§ **PROBLEM DETAILS**: Reproduce verbatim the lines of the material below, starting at the line with "f 147 331 330" and ending at the line with "f 225 119 244", both inclusive; skip the rest.

§ **RECORDS SHOWN**:
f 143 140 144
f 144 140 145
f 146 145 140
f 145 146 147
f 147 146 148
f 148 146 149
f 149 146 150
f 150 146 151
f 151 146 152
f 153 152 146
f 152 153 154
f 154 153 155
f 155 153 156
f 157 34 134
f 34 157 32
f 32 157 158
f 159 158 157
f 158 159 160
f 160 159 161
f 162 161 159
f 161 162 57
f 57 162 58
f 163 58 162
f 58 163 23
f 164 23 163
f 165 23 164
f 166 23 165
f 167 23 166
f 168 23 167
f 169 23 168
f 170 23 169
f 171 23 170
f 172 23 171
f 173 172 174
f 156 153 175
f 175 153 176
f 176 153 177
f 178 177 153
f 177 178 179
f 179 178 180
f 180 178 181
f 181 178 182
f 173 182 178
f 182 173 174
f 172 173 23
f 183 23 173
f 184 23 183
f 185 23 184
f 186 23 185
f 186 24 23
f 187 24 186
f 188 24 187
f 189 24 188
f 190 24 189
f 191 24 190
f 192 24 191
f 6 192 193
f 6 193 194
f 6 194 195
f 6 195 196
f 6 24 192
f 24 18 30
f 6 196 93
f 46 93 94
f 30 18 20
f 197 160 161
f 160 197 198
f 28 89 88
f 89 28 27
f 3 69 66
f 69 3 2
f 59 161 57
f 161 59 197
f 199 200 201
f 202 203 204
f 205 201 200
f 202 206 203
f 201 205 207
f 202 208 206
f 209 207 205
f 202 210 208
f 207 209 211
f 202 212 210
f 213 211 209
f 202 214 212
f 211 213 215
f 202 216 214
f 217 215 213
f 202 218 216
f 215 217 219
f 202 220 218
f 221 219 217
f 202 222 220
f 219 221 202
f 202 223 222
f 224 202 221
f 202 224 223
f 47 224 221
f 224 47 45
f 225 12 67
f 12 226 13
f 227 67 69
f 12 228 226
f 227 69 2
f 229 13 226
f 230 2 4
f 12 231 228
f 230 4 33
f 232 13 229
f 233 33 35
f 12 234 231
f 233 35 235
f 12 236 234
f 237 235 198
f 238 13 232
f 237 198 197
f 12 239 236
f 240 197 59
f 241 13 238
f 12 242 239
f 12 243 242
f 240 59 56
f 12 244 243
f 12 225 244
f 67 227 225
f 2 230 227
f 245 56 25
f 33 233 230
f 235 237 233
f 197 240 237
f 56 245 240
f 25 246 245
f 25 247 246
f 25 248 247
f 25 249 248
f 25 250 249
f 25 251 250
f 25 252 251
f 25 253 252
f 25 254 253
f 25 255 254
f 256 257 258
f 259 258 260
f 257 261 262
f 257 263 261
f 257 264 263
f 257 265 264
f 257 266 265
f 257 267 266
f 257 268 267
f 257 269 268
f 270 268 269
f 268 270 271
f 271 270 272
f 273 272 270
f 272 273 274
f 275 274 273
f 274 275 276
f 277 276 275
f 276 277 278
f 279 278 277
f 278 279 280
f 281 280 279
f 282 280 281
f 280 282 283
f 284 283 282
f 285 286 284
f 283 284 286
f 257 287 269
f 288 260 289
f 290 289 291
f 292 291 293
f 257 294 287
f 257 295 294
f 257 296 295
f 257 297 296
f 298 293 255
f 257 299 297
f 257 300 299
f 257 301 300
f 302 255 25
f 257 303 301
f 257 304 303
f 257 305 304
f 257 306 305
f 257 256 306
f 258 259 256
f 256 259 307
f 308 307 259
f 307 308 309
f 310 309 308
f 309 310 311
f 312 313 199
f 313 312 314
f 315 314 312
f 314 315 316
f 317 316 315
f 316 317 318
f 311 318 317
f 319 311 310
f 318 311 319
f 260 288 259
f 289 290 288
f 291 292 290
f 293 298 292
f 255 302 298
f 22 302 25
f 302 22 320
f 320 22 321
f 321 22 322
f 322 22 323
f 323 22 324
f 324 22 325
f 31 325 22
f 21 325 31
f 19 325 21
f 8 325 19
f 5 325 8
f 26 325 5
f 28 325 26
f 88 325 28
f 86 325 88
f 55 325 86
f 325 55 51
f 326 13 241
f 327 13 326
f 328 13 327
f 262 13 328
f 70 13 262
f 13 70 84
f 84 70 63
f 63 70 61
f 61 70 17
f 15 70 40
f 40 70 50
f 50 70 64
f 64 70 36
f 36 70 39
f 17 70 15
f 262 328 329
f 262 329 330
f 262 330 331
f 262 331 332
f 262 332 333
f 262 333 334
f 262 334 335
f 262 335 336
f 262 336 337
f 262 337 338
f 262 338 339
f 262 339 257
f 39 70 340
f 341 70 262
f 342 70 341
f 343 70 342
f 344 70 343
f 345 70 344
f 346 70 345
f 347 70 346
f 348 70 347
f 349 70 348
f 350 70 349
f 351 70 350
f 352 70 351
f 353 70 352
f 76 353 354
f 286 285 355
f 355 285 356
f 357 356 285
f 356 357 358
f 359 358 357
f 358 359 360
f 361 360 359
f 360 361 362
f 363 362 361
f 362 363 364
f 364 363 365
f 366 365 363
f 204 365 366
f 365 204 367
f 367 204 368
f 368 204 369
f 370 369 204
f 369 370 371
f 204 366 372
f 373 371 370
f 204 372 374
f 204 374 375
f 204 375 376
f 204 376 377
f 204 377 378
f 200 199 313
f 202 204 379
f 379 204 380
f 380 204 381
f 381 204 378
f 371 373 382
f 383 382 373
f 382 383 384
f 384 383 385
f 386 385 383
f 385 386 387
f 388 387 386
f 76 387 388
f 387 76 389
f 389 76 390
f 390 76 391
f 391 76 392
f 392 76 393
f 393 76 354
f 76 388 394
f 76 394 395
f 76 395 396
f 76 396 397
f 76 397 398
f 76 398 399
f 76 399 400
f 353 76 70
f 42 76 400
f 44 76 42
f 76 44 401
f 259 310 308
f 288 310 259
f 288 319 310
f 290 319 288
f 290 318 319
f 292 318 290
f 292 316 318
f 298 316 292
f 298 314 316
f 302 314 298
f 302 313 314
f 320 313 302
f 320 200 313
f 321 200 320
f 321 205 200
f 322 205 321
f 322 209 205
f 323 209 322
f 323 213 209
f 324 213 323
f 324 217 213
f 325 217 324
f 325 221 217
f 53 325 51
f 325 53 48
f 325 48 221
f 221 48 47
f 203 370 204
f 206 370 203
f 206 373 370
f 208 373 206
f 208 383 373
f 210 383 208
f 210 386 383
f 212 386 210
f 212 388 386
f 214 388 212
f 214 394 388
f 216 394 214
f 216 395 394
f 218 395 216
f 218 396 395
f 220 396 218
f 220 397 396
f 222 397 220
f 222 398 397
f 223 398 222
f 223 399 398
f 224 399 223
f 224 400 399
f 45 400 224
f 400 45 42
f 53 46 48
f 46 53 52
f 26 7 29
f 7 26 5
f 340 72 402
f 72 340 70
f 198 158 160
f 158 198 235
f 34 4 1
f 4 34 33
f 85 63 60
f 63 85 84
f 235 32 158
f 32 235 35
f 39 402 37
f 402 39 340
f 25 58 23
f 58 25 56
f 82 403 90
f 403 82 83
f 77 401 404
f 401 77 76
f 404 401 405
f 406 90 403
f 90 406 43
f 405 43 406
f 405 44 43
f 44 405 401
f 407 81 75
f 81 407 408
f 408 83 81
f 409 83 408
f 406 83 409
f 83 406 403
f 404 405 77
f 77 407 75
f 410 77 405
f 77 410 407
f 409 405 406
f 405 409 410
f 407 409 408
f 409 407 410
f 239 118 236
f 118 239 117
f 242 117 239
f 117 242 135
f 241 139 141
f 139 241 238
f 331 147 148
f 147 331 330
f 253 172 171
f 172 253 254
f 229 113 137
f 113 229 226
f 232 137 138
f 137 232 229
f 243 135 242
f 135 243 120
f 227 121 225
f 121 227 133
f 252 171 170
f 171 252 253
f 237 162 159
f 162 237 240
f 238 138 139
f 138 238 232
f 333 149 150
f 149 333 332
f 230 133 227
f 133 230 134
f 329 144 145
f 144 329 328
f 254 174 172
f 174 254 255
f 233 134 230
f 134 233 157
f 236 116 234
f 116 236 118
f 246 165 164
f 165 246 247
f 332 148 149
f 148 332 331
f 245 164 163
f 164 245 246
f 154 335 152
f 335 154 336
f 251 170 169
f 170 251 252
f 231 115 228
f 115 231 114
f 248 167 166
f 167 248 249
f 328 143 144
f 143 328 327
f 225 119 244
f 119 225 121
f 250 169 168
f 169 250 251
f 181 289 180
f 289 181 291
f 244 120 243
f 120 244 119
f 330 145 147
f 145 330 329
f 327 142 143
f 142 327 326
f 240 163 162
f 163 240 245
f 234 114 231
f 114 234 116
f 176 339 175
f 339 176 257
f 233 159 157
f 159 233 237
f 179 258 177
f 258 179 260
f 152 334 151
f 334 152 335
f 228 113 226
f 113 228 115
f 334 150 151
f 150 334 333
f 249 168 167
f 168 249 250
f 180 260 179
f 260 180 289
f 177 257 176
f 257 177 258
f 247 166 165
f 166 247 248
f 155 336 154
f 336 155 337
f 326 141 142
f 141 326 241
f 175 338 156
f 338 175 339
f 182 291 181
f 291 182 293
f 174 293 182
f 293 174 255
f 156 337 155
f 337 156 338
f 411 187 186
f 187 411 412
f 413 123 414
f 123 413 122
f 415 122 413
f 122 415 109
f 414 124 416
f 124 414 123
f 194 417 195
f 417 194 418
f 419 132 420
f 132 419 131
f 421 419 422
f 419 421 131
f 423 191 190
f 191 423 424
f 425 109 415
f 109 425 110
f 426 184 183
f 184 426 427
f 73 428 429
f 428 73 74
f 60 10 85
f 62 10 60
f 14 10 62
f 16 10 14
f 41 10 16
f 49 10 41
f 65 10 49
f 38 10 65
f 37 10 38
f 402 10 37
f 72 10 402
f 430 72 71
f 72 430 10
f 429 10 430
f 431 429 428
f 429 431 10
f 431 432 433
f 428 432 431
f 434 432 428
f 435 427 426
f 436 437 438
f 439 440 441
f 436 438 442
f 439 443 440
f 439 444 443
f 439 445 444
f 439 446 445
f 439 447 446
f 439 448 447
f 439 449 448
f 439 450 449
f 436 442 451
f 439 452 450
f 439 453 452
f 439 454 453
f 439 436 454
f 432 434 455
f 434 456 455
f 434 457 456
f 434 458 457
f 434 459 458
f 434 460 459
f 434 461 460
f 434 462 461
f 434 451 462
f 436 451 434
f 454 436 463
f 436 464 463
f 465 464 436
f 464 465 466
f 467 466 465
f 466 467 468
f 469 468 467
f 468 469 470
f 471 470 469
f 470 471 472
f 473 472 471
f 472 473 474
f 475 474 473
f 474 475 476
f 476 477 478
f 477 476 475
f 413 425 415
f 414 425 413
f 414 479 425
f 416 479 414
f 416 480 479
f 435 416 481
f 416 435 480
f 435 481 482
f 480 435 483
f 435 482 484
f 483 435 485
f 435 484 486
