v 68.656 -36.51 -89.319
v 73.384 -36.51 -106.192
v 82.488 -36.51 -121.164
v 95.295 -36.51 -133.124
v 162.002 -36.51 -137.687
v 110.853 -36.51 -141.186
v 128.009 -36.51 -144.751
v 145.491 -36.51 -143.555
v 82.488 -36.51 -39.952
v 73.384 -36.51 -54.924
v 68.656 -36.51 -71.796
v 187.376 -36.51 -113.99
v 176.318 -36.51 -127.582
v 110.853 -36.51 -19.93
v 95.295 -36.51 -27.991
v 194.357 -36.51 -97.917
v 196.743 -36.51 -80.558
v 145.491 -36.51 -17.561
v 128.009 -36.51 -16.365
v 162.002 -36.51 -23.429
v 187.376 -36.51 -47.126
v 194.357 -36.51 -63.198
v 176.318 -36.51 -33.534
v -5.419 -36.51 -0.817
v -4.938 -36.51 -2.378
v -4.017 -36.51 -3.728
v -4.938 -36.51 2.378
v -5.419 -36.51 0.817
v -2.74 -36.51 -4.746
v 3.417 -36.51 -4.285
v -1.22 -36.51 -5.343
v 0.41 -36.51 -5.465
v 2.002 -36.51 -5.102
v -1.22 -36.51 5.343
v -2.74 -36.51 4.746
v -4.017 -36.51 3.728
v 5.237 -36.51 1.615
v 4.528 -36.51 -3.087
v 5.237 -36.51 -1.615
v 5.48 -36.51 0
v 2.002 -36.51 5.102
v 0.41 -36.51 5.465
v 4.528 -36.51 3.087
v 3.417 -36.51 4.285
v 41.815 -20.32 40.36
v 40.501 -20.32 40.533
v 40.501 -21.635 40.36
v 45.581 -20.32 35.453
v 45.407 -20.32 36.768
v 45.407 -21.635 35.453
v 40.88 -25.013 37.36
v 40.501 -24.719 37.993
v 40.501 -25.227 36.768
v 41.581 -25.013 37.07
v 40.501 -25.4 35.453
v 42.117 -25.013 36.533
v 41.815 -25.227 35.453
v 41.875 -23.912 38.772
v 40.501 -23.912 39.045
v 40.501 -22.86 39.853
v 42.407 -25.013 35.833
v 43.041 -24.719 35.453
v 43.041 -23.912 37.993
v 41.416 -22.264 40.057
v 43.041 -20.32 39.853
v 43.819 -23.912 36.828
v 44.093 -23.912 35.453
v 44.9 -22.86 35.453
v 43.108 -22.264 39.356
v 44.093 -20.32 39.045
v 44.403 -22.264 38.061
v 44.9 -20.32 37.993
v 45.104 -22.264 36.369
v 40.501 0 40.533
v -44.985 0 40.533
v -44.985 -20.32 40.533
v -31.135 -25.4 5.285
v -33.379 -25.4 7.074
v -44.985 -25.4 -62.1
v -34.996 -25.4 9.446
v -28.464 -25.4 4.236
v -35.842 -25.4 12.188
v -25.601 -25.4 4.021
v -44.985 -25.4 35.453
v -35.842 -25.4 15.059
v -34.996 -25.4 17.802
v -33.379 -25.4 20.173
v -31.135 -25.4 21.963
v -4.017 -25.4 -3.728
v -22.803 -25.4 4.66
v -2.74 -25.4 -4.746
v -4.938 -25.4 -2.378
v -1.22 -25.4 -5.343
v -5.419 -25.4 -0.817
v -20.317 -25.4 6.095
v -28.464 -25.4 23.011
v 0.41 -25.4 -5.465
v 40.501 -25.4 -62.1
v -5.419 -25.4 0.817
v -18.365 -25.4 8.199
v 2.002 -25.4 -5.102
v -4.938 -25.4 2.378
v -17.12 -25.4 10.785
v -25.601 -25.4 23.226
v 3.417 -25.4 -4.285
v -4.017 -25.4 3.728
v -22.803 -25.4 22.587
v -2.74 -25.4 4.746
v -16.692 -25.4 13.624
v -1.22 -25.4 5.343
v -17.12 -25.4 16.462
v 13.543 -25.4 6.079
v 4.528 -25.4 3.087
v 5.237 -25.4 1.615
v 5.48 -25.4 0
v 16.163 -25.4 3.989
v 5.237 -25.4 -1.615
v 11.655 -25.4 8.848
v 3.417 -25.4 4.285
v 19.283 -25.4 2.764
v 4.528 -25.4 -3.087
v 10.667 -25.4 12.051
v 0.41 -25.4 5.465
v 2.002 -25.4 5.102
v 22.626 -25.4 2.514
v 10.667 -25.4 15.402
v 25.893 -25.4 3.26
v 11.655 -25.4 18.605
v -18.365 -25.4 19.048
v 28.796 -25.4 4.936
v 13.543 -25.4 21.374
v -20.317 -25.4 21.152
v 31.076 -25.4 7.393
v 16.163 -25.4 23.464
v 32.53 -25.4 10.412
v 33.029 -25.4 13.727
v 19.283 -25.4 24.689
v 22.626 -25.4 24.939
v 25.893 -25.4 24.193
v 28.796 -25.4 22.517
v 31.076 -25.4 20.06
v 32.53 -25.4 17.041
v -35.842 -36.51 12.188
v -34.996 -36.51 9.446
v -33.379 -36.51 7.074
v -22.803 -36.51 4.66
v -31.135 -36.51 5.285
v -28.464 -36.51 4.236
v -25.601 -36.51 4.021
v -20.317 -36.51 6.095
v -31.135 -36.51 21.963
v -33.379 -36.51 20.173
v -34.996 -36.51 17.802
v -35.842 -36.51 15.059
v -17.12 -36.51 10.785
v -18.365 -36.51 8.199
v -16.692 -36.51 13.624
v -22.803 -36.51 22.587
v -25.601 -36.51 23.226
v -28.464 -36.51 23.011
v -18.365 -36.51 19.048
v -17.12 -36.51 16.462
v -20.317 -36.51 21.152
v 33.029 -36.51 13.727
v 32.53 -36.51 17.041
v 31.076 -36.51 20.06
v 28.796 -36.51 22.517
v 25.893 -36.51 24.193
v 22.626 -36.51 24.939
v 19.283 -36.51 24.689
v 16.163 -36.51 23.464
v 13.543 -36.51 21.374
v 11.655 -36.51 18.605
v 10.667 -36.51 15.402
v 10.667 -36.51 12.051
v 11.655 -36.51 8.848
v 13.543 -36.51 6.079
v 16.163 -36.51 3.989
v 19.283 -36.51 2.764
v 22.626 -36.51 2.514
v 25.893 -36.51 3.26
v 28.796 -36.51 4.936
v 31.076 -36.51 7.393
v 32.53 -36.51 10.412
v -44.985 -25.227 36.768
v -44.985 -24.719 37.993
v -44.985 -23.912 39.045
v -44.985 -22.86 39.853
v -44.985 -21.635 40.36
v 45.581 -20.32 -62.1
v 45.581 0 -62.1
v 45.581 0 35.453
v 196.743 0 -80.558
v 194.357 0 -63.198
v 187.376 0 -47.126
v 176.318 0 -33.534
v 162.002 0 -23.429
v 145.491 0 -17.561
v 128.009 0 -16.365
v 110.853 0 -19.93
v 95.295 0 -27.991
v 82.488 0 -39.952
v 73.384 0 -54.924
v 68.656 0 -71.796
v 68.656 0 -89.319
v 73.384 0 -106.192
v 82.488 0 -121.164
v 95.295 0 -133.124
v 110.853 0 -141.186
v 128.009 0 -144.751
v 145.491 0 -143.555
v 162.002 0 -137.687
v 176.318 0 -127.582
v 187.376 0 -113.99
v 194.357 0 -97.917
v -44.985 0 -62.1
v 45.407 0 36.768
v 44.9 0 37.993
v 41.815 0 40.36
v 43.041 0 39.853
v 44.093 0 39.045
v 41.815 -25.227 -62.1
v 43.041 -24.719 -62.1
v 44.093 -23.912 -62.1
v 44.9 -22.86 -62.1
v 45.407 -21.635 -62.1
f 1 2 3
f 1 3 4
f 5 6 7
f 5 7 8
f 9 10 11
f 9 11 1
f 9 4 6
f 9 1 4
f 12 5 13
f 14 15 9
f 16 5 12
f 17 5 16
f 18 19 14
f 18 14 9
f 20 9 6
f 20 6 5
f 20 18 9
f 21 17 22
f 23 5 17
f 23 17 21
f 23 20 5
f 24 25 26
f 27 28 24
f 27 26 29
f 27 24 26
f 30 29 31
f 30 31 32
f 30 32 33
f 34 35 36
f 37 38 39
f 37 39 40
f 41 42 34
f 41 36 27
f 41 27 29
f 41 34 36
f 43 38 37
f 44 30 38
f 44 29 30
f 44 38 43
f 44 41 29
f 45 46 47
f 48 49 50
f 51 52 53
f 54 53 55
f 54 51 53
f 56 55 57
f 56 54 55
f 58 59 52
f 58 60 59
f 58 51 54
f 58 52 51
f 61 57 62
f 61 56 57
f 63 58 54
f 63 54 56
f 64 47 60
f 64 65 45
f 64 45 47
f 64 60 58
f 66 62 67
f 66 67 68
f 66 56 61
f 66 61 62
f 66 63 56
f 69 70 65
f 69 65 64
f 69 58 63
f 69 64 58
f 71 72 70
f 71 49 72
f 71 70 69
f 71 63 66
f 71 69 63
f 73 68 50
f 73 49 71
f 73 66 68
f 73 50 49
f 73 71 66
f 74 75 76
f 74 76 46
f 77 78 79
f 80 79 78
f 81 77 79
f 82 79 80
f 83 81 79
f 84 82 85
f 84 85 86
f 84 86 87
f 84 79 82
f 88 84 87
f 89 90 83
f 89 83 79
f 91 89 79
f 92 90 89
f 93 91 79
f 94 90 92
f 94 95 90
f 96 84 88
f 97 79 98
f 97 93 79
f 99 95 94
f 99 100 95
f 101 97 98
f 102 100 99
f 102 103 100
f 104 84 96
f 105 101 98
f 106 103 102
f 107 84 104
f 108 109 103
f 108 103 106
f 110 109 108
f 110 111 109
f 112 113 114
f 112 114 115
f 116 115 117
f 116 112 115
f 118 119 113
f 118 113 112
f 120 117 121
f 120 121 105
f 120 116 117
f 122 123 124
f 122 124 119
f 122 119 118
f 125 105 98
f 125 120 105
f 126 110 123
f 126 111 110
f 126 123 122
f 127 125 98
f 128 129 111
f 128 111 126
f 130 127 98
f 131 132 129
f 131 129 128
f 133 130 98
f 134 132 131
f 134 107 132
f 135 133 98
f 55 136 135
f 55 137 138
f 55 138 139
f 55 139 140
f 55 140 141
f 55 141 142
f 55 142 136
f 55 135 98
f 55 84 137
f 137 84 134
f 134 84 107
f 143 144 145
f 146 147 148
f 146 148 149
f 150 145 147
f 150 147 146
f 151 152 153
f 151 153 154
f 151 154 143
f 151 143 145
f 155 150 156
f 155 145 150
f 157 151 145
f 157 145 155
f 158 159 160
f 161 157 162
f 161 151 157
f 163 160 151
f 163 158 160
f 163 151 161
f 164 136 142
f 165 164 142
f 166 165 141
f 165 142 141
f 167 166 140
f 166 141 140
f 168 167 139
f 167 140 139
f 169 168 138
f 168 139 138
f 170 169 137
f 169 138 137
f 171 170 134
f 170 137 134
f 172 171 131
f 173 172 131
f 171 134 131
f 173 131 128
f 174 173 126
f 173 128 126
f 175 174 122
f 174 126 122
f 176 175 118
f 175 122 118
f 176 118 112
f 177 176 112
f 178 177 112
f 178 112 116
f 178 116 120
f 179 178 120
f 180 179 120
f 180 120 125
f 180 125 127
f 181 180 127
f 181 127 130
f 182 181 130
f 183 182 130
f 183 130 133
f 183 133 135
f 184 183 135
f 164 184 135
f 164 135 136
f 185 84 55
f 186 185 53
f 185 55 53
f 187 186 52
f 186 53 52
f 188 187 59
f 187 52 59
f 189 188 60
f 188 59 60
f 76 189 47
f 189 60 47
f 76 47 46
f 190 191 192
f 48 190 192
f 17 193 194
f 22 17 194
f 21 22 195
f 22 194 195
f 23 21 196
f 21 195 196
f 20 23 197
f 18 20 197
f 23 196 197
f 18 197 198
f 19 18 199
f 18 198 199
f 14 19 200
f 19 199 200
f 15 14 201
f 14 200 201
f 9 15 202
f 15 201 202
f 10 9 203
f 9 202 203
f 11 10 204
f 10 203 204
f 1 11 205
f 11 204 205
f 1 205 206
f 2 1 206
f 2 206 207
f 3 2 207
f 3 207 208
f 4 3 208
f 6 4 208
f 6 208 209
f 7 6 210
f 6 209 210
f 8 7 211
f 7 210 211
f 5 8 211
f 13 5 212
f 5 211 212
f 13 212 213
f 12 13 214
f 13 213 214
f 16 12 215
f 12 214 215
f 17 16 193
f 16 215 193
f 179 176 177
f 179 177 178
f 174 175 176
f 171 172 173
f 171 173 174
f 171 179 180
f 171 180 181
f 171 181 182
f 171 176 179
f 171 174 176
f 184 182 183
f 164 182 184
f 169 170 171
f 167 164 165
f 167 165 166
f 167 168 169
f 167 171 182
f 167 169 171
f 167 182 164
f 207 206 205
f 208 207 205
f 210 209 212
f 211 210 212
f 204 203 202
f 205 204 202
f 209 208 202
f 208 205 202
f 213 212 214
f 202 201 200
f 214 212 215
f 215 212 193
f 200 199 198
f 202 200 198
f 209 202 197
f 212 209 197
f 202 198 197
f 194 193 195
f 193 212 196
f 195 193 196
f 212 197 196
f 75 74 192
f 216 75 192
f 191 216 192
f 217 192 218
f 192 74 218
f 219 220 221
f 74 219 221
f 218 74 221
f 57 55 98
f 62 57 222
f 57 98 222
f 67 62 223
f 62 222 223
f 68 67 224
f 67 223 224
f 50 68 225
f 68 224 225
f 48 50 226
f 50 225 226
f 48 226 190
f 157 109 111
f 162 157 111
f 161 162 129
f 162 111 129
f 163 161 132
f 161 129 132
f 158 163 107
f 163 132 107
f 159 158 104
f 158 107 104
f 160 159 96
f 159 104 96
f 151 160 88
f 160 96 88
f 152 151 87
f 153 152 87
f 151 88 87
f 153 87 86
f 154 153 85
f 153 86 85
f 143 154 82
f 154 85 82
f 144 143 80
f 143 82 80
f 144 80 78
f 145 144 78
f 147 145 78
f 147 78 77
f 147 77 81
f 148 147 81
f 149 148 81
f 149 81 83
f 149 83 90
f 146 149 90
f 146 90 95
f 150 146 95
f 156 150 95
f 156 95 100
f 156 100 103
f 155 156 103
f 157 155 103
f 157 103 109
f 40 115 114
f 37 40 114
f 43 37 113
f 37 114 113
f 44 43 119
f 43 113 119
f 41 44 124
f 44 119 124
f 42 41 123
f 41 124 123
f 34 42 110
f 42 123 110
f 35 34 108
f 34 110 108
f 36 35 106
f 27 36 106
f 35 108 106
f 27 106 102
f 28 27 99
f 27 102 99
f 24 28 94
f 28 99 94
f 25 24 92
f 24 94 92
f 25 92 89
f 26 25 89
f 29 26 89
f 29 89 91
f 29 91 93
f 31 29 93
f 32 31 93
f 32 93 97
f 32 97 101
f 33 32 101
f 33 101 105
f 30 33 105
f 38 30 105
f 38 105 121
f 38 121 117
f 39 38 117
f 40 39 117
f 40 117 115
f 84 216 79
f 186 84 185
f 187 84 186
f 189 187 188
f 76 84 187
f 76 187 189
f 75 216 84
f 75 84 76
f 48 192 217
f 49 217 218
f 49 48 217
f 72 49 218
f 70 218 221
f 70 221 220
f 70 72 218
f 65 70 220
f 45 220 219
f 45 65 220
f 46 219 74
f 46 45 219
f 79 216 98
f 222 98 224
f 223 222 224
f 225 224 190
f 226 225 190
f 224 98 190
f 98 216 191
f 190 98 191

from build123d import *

# Parameters (mm, degrees)
F0_W     = 90.565905
F0_H     = 102.633238
F1_DEPTH = 25.4
F2_R     = 5.08
F3_R     = 5.08
F4_R     = 9.629111
F4_R_2   = 11.243975
F4_R_3   = 5.480477
F4_R_4   = 64.343116
F5_DEPTH = 36.509717


with BuildPart() as f1:
    # F0 (on Front) → F1 (new body)
    with BuildSketch(Plane.XZ):
        with Locations((0.297628, -10.783225)):
            Rectangle(F0_W, F0_H)
    extrude(amount=F1_DEPTH)

    # F2
    f2_edges = [f1.edges().sort_by_distance(p)[0] for p in [
        (45.580581, -12.7, 40.533394),
    ]]
    fillet(f2_edges, radius=F2_R)

    # F3
    f3_edges = [f1.edges().sort_by_distance(p)[0] for p in [
        (-2.242372, -25.4, 40.533394),
    ]]
    fillet(f3_edges, radius=F3_R)

    # F4 (on Front) → F5 (join)
    with BuildSketch(Plane.XZ):
        with Locations((-26.320854, 13.623619)):
            Circle(F4_R)
        with Locations((21.785319, 13.726535)):
            Circle(F4_R_2)
        Circle(F4_R_3)
        with Locations((132.400155, -80.557875)):
            Circle(F4_R_4)
    extrude(amount=F5_DEPTH)


solid = f1.part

§ **YOUR RESPONSE**:
f 147 331 330
f 253 172 171
f 172 253 254
f 229 113 137
f 113 229 226
f 232 137 138
f 137 232 229
f 243 135 242
f 135 243 120
f 227 121 225
f 121 227 133
f 252 171 170
f 171 252 253
f 237 162 159
f 162 237 240
f 238 138 139
f 138 238 232
f 333 149 150
f 149 333 332
f 230 133 227
f 133 230 134
f 329 144 145
f 144 329 328
f 254 174 172
f 174 254 255
f 233 134 230
f 134 233 157
f 236 116 234
f 116 236 118
f 246 165 164
f 165 246 247
f 332 148 149
f 148 332 331
f 245 164 163
f 164 245 246
f 154 335 152
f 335 154 336
f 251 170 169
f 170 251 252
f 231 115 228
f 115 231 114
f 248 167 166
f 167 248 249
f 328 143 144
f 143 328 327
f 225 119 244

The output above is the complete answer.